> [WORK INSTRUCTIONS] When the line with "#135=CARTESIAN_POINT('',(0.,0.,0.));" is reached, include it and stop; before that, copy each line of the listing exactly from the first.

> [GIVEN DATA]
━━━━━━━━━━━━━━━━━━━━
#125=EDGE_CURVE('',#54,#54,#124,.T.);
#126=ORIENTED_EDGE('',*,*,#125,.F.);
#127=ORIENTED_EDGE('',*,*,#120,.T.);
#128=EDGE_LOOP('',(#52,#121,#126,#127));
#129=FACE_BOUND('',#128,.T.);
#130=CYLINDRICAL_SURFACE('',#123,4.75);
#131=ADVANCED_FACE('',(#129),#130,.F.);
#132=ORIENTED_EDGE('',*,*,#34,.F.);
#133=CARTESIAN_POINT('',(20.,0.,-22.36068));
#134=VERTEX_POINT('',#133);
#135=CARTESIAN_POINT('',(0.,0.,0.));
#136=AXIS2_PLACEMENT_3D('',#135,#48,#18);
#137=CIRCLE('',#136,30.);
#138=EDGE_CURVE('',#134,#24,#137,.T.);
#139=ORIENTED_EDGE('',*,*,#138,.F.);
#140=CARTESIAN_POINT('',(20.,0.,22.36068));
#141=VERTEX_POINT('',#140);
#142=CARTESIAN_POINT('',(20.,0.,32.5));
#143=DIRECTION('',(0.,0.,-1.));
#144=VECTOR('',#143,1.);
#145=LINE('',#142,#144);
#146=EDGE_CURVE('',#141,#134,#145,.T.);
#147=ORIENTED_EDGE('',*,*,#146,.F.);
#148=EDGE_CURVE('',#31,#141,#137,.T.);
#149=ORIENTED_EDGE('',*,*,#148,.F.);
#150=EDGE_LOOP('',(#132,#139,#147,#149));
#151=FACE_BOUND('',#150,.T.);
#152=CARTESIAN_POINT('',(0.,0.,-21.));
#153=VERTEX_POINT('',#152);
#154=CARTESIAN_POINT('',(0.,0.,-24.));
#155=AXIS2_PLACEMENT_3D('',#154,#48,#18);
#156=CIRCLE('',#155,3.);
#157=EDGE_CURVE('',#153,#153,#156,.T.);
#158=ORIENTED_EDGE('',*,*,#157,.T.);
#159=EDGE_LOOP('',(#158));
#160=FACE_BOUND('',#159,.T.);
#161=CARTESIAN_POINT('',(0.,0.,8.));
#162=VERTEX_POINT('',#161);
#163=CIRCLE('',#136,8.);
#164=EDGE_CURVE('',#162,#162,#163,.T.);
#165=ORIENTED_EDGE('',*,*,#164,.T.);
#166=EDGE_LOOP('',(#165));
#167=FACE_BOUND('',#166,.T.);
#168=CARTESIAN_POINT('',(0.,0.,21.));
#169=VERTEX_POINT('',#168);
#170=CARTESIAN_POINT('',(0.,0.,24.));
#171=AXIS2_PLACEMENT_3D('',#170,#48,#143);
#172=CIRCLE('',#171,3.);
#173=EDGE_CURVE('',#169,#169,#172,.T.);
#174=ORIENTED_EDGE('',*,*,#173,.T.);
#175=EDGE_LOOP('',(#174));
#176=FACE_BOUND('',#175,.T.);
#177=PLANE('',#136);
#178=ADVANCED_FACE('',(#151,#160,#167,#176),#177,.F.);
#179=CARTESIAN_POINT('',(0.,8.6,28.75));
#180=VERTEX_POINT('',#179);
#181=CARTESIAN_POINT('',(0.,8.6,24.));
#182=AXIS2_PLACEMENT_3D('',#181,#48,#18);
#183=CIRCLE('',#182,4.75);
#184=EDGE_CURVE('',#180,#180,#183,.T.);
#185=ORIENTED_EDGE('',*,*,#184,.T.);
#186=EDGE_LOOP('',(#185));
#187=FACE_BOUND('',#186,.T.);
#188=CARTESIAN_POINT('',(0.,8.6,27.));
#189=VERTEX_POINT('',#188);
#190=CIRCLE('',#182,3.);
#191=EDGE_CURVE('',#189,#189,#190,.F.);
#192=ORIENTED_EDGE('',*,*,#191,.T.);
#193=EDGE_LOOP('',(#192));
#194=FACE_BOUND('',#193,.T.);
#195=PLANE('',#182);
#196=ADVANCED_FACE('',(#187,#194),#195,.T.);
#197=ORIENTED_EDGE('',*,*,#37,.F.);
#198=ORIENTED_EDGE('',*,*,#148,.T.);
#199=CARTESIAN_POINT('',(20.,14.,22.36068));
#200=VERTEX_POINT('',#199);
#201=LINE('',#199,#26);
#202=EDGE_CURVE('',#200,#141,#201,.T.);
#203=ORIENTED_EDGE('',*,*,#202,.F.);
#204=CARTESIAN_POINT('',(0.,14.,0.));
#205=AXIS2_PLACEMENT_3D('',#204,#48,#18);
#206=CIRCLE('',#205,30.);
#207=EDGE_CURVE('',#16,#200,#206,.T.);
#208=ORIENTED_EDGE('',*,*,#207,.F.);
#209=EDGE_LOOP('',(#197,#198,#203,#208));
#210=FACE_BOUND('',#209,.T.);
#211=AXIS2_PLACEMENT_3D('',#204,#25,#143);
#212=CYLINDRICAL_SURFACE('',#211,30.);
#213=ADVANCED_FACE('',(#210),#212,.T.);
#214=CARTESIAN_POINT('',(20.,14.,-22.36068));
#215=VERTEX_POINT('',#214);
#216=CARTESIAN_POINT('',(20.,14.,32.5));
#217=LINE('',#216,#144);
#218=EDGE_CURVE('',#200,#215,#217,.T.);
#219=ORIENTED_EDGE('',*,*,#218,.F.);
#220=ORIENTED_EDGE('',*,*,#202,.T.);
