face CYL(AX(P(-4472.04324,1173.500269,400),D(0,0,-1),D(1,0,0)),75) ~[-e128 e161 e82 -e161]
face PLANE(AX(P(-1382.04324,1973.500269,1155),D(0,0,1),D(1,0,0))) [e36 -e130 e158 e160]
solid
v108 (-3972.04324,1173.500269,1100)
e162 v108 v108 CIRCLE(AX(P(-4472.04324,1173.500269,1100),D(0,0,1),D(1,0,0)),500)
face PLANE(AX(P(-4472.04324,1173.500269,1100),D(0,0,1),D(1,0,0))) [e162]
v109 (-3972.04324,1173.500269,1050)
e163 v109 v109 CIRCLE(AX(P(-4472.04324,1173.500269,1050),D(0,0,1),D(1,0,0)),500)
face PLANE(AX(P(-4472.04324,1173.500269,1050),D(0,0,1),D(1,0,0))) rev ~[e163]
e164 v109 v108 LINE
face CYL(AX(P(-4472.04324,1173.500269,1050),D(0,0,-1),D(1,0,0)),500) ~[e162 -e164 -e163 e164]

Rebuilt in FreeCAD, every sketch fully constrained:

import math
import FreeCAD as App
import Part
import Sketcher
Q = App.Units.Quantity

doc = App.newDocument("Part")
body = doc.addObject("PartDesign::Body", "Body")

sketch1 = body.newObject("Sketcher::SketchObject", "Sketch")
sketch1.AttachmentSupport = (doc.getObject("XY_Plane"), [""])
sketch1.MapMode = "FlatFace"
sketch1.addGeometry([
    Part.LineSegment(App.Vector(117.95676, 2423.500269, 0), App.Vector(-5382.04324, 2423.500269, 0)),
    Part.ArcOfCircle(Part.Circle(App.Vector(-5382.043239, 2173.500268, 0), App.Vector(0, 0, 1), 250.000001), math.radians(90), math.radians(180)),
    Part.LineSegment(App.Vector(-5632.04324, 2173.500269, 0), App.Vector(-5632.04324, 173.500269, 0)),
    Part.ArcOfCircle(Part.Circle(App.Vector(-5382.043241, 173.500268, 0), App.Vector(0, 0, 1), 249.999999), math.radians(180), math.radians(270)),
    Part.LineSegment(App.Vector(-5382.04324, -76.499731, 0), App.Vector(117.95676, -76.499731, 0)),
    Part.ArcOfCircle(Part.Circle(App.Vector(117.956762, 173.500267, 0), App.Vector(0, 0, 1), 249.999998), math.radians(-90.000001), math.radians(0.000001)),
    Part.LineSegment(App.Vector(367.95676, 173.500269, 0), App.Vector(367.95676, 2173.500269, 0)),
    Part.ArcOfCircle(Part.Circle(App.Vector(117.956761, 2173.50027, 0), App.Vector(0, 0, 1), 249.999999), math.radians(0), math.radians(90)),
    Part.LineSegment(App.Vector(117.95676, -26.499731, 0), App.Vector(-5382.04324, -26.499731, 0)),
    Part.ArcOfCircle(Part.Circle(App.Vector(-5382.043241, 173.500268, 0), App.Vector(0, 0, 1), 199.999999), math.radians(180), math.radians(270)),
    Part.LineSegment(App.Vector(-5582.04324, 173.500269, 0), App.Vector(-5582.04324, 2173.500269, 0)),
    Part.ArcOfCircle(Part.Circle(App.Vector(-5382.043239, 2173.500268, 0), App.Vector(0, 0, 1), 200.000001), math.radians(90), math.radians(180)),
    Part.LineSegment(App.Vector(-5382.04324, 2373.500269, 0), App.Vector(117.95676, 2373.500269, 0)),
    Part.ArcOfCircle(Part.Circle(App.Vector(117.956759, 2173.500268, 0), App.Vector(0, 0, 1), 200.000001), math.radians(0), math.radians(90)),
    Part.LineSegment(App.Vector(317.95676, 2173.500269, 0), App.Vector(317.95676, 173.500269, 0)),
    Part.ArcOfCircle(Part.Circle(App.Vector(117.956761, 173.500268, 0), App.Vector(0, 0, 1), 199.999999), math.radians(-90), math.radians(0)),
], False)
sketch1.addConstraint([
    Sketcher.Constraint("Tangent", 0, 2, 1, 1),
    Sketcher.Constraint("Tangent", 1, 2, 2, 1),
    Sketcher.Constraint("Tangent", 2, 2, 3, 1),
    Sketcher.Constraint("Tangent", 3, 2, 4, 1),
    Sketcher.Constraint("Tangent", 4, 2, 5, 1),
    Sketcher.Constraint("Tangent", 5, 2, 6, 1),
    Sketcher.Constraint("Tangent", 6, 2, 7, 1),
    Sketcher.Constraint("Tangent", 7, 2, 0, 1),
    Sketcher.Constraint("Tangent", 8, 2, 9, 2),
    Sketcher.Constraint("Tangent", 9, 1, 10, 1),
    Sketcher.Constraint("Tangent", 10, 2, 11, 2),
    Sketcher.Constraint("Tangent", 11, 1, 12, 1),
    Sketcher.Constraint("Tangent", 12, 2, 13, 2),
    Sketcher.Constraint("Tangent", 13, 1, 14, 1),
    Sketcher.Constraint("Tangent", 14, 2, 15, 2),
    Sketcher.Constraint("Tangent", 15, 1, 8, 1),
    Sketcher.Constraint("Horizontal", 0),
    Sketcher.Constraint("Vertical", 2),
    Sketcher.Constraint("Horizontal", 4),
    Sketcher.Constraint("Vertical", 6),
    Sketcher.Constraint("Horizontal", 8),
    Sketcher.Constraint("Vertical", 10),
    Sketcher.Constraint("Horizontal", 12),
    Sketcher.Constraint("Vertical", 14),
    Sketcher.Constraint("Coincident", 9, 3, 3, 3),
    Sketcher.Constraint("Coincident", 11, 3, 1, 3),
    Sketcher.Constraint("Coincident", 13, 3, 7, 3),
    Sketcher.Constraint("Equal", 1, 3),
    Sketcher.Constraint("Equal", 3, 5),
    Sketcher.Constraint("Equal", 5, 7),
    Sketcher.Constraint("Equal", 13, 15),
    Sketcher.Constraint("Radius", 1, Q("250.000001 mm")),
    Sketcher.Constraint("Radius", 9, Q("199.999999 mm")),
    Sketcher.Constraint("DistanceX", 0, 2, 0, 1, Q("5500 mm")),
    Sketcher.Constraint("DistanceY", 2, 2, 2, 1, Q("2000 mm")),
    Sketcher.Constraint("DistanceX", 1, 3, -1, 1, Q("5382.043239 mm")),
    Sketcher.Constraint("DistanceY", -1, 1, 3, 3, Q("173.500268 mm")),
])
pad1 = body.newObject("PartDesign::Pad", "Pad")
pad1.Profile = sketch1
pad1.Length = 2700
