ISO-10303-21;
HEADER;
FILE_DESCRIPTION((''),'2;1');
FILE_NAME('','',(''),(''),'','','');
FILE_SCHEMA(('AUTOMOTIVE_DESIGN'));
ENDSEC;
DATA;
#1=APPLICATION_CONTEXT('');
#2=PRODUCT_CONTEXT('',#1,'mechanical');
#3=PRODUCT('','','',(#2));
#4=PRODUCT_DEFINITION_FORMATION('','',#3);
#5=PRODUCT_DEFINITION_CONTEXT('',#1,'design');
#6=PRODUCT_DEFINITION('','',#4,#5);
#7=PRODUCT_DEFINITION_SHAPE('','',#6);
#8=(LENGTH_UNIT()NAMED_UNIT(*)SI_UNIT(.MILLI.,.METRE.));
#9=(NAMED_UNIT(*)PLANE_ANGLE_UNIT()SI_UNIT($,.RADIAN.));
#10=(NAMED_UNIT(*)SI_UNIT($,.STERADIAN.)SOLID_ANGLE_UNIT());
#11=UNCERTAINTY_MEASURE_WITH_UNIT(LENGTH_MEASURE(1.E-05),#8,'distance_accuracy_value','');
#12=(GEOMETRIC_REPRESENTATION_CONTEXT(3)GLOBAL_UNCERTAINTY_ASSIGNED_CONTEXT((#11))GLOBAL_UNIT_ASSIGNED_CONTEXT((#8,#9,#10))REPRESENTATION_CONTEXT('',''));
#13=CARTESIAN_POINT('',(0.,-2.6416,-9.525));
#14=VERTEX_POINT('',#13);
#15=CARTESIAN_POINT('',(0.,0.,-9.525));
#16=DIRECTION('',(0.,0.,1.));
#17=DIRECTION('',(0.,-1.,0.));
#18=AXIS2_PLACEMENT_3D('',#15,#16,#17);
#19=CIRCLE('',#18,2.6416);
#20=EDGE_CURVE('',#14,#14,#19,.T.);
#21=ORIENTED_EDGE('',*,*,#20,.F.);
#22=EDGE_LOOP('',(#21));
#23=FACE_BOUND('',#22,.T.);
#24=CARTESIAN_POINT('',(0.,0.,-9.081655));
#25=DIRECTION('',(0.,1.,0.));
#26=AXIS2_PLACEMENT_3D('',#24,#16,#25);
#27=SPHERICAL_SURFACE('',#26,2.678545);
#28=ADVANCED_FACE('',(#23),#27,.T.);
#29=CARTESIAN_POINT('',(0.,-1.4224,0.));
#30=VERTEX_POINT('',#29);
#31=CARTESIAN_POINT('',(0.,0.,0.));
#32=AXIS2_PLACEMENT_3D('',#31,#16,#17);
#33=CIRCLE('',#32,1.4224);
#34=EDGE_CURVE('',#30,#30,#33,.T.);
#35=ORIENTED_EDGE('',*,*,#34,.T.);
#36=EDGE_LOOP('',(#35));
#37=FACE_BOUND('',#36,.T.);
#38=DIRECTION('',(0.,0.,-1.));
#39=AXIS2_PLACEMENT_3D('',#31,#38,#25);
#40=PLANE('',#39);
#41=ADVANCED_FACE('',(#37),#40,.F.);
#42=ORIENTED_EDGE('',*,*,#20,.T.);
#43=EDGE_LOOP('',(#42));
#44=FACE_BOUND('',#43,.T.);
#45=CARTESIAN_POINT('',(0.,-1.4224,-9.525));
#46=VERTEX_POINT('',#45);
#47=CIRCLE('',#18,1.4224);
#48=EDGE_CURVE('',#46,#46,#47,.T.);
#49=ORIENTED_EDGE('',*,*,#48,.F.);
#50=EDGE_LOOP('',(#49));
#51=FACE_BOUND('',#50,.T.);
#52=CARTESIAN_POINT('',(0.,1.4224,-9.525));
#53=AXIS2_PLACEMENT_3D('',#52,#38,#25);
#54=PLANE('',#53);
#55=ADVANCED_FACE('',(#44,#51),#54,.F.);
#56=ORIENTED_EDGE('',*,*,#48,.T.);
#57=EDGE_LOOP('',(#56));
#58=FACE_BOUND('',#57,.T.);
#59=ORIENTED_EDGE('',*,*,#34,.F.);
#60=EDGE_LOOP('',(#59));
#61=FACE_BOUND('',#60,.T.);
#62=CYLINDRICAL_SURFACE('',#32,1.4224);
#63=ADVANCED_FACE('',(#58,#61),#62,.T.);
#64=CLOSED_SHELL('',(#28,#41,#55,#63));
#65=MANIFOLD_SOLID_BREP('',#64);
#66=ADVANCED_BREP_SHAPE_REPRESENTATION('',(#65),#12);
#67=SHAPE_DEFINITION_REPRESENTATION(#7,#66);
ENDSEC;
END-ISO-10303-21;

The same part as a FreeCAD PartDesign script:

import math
import FreeCAD as App
import Part
import Sketcher
Q = App.Units.Quantity

doc = App.newDocument("Part")
body = doc.addObject("PartDesign::Body", "Body")

sketch1 = body.newObject("Sketcher::SketchObject", "Sketch")
sketch1.AttachmentSupport = (doc.getObject("YZ_Plane"), [""])
sketch1.MapMode = "FlatFace"
sketch1.addGeometry([
    Part.LineSegment(App.Vector(1.4, 0, 0), App.Vector(0, 0, 0)),
    Part.LineSegment(App.Vector(0, 0, 0), App.Vector(0, -11.8, 0)),
    Part.ArcOfCircle(Part.Circle(App.Vector(0, -9.1, 0), App.Vector(0, 0, 1), 2.7), math.radians(-90), math.radians(-10)),
    Part.LineSegment(App.Vector(2.6, -9.5, 0), App.Vector(1.4, -9.5, 0)),
    Part.LineSegment(App.Vector(1.4, -9.5, 0), App.Vector(1.4, 0, 0)),
], False)
sketch1.addConstraint([
    Sketcher.Constraint("Coincident", 0, 2, 1, 1),
    Sketcher.Constraint("Coincident", 1, 2, 2, 1),
    Sketcher.Constraint("Coincident", 2, 2, 3, 1),
    Sketcher.Constraint("Coincident", 3, 2, 4, 1),
    Sketcher.Constraint("Coincident", 4, 2, 0, 1),
    Sketcher.Constraint("Horizontal", 0),
    Sketcher.Constraint("Vertical", 1),
    Sketcher.Constraint("Horizontal", 3),
    Sketcher.Constraint("Vertical", 4),
    Sketcher.Constraint("Coincident", 0, 2, -1, 1),
    Sketcher.Constraint("PointOnObject", 2, 3, -2),
    Sketcher.Constraint("DistanceX", 0, 2, 0, 1, Q("0.056 in")),
    Sketcher.Constraint("DistanceX", 3, 2, 3, 1, Q("0.048 in")),
    Sketcher.Constraint("DistanceY", 1, 2, 1, 1, Q("0.463 in")),
    Sketcher.Constraint("DistanceY", 4, 1, 4, 2, Q("0.375 in")),
])
revolution = body.newObject("PartDesign::Revolution", "Revolution")
revolution.Profile = sketch1
revolution.ReferenceAxis = (sketch1, ["V_Axis"])
revolution.Angle = 360

doc.recompute()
━━━━━━━━━━━━━━━━━━━━
> [SOLUTION]
#125=EDGE_CURVE('',#54,#54,#124,.T.);
#126=ORIENTED_EDGE('',*,*,#125,.F.);
#127=ORIENTED_EDGE('',*,*,#120,.T.);
#128=EDGE_LOOP('',(#52,#121,#126,#127));
#129=FACE_BOUND('',#128,.T.);
#130=CYLINDRICAL_SURFACE('',#123,4.75);
#131=ADVANCED_FACE('',(#129),#130,.F.);
#132=ORIENTED_EDGE('',*,*,#34,.F.);
#133=CARTESIAN_POINT('',(20.,0.,-22.36068));
#134=VERTEX_POINT('',#133);
#135=CARTESIAN_POINT('',(0.,0.,0.));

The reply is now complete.